The tenant contradicted the testimony of the landlord's representative that she had never notified him of her intention to leave, stating that she had told him this perhaps "ten or eleven" times between September 20 and 29. She acknowledged on cross-examination, however, that once he became aware that she was leaving, the landlord's representative had told her that she "could come and immediately remove [her] things," and that she had had multiple opportunities to retrieve what was hers. Nonetheless, she had declined to do so, she said, because the landlord's representative had refused to give her a key. He preferred instead to meet her at the house and open the door for her, a resolution she rejected apparently because of prior legal proceedings with the landlord which had led the tenant to believe that she was "not supposed to go around him."8 In giving his reasons for refusing the tenant a key, the landlord's representative testified:

The building had been ransacked. Doors had been torn off their hinges. Windows had been broken. We weren't sure who did that. We didn't know whether it was [the tenant], we didn't know whether it was neighbors, we didn't know whether it was some vandals cruising the neighborhood. We didn't know. What we did know was that that property was unsecured at the time and that's why we put the locks on.

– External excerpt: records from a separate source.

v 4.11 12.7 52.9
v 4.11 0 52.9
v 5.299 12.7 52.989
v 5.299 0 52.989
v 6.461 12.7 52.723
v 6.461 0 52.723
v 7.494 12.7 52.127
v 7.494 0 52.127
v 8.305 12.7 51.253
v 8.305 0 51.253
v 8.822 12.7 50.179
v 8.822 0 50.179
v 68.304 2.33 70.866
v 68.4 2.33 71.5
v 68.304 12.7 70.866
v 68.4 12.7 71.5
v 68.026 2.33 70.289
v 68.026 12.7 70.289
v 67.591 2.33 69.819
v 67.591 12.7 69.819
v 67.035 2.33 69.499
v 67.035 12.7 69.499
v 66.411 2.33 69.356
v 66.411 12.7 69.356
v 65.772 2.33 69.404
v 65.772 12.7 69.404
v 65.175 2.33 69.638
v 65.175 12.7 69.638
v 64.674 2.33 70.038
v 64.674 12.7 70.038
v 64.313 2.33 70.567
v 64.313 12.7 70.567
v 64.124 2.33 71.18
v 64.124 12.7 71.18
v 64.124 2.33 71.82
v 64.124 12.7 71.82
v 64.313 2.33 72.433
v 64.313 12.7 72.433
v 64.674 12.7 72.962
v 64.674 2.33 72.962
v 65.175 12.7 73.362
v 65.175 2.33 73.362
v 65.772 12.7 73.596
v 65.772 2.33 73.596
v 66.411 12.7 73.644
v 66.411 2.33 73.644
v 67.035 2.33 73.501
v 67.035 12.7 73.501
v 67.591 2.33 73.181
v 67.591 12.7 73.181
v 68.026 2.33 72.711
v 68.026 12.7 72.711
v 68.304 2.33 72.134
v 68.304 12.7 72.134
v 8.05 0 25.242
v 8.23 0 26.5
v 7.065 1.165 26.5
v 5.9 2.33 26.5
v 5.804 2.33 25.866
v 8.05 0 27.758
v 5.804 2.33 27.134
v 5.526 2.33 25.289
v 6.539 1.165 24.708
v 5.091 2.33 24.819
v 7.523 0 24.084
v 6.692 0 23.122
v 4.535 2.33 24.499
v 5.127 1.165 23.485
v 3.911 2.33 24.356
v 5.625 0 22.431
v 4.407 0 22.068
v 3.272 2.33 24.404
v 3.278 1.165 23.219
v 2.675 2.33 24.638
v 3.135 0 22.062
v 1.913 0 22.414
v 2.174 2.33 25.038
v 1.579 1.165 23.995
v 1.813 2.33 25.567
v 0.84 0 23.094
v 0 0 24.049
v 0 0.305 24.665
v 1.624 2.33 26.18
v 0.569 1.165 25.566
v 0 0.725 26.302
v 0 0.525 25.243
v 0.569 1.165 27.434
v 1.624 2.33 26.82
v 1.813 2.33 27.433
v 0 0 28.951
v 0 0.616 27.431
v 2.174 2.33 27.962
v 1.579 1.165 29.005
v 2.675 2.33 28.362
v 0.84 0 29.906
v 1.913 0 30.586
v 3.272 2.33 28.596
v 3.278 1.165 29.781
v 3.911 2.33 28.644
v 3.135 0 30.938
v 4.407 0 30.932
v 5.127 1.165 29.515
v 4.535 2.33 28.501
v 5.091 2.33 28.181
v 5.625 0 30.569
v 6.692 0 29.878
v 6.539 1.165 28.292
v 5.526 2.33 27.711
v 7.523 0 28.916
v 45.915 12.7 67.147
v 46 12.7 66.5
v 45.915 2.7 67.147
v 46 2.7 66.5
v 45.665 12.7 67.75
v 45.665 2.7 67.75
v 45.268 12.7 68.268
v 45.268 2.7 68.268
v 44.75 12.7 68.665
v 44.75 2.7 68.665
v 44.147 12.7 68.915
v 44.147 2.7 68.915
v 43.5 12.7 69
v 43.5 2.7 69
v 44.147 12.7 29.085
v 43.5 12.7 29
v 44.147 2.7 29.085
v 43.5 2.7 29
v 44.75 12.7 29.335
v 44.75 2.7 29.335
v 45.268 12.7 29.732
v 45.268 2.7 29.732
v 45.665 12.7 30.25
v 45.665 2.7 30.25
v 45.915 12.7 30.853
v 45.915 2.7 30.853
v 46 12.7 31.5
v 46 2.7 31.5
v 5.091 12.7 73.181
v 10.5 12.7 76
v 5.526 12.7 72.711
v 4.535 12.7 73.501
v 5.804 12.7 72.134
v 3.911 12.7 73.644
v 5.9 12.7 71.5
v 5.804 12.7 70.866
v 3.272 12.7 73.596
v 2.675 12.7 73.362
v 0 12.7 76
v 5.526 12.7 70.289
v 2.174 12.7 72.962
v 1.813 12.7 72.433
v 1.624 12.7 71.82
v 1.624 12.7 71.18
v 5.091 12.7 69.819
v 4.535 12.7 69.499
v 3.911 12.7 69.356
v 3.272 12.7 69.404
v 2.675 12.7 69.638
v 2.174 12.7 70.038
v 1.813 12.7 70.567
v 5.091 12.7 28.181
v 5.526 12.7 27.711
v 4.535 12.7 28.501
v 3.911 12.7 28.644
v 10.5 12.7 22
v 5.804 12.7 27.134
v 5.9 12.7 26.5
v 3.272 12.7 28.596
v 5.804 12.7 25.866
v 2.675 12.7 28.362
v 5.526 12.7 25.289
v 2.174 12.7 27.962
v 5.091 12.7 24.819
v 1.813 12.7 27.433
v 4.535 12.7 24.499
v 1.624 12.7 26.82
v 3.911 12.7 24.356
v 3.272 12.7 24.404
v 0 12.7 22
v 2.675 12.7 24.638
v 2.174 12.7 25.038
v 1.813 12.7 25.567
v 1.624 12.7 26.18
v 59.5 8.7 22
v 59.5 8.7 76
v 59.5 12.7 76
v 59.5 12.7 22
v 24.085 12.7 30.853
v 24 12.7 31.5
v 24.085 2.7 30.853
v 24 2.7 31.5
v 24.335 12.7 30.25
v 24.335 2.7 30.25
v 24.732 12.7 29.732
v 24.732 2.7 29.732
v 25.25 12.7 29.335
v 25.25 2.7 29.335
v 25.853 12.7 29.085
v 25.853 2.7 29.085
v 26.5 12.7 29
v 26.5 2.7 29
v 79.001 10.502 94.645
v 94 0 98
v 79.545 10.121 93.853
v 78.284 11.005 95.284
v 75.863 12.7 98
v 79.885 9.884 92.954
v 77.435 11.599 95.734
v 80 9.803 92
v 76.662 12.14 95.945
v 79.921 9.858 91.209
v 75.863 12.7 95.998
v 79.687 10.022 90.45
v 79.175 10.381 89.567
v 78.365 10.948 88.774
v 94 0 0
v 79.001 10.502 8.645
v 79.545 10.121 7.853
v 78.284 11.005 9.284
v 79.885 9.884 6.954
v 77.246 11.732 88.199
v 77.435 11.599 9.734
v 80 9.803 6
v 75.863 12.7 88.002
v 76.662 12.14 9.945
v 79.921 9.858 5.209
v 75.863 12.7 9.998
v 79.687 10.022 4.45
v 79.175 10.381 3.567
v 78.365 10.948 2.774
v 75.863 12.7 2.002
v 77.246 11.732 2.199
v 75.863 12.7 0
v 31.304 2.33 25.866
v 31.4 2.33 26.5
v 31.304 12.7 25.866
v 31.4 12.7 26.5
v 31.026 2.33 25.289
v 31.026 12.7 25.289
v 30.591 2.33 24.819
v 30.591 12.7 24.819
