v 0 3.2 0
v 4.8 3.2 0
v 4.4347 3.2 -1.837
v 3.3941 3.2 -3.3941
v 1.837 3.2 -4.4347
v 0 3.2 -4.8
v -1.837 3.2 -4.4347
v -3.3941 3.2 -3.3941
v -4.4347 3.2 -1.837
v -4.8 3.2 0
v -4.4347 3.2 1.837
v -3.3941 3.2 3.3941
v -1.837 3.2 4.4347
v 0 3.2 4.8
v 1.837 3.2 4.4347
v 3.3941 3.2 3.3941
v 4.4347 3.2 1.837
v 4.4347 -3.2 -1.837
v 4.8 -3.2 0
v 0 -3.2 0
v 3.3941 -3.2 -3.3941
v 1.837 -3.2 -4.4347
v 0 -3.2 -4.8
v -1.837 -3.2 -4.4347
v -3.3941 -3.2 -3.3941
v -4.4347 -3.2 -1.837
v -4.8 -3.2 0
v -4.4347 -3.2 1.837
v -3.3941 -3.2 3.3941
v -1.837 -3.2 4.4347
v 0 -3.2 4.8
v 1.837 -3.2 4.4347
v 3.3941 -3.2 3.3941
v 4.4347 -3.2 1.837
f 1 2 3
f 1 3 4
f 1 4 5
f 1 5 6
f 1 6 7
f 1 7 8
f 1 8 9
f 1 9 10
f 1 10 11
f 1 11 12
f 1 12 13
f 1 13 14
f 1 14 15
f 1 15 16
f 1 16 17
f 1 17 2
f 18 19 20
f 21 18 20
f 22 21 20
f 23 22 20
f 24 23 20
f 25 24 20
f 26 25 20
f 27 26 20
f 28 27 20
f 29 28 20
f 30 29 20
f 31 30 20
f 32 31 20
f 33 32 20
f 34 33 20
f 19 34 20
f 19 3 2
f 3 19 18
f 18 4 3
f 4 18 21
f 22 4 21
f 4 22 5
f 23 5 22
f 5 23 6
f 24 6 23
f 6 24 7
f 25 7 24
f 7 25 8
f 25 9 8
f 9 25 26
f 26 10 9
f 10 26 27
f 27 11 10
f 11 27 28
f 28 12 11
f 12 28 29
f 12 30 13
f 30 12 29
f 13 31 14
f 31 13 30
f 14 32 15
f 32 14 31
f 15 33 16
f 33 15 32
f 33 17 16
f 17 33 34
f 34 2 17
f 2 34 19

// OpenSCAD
// file: ../p/4-4edge.scad
use <../lib.scad>
function ldraw_lib__4_4edge() = [
// 0 Circle 1.0
// 0 Name: 4-4edge.dat
// 0 Author: James Jessiman
// 0 !LDRAW_ORG Primitive UPDATE 2017-01
// 0 !LICENSE Licensed under CC BY 2.0 and CC BY 4.0 : see CAreadme.txt
// 
// 0 BFC CERTIFY CCW
  [0,"BFC","CERTIFY"],
  [0,"BFC","CCW"],
// 
// 0 !HISTORY 1998-12-15 [PTadmin] Official Update 1998-10
// 0 !HISTORY 2005-12-28 [PTadmin] Official Update 2005-01
// 0 !HISTORY 2007-06-24 [PTadmin] Header formatted for Contributor Agreement
// 0 !HISTORY 2008-07-01 [PTadmin] Official Update 2008-01
// 0 !HISTORY 2017-01-15 [Steffen] BFCed
// 0 !HISTORY 2017-12-30 [PTadmin] Official Update 2017-01
// 
// 
// 2 24 1 0 0 0.9239 0 0.3827
  [2,24,1,0,0,0.9239,0,0.3827],
// 2 24 0.9239 0 0.3827 0.7071 0 0.7071
  [2,24,0.9239,0,0.3827,0.7071,0,0.7071],
// 2 24 0.7071 0 0.7071 0.3827 0 0.9239
  [2,24,0.7071,0,0.7071,0.3827,0,0.9239],
// 2 24 0.3827 0 0.9239 0 0 1
  [2,24,0.3827,0,0.9239,0,0,1],
// 2 24 0 0 1 -0.3827 0 0.9239
  [2,24,0,0,1,-0.3827,0,0.9239],
// 2 24 -0.3827 0 0.9239 -0.7071 0 0.7071
  [2,24,-0.3827,0,0.9239,-0.7071,0,0.7071],
// 2 24 -0.7071 0 0.7071 -0.9239 0 0.3827
  [2,24,-0.7071,0,0.7071,-0.9239,0,0.3827],
// 2 24 -0.9239 0 0.3827 -1 0 -0
  [2,24,-0.9239,0,0.3827,-1,0,-0],
// 2 24 -1 0 -0 -0.9239 0 -0.3827
  [2,24,-1,0,-0,-0.9239,0,-0.3827],
// 2 24 -0.9239 0 -0.3827 -0.7071 0 -0.7071
  [2,24,-0.9239,0,-0.3827,-0.7071,0,-0.7071],
// 2 24 -0.7071 0 -0.7071 -0.3827 0 -0.9239
  [2,24,-0.7071,0,-0.7071,-0.3827,0,-0.9239],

Implicitly, the landlord's representative was saying that he did not trust the tenant with the key to a house that she had given up and perhaps even trashed herself.

"[B]ased upon the credibility of the witnesses," the trial judge ruled for the landlord in the wrongful eviction action.

The court accepts the testimony of the [landlord's representative] in that the . . . [tenant] seems to focus all of her case on the fact that she was not given a key in order to come in and get the property.

It's clear from the evidence here and from the [tenant's] own testimony that she had an opportunity to get the property that was in the house, that she either refused or chose not to exercise the ability she had to achieve those — that goal.

The landlord's willingness to accommodate the tenant...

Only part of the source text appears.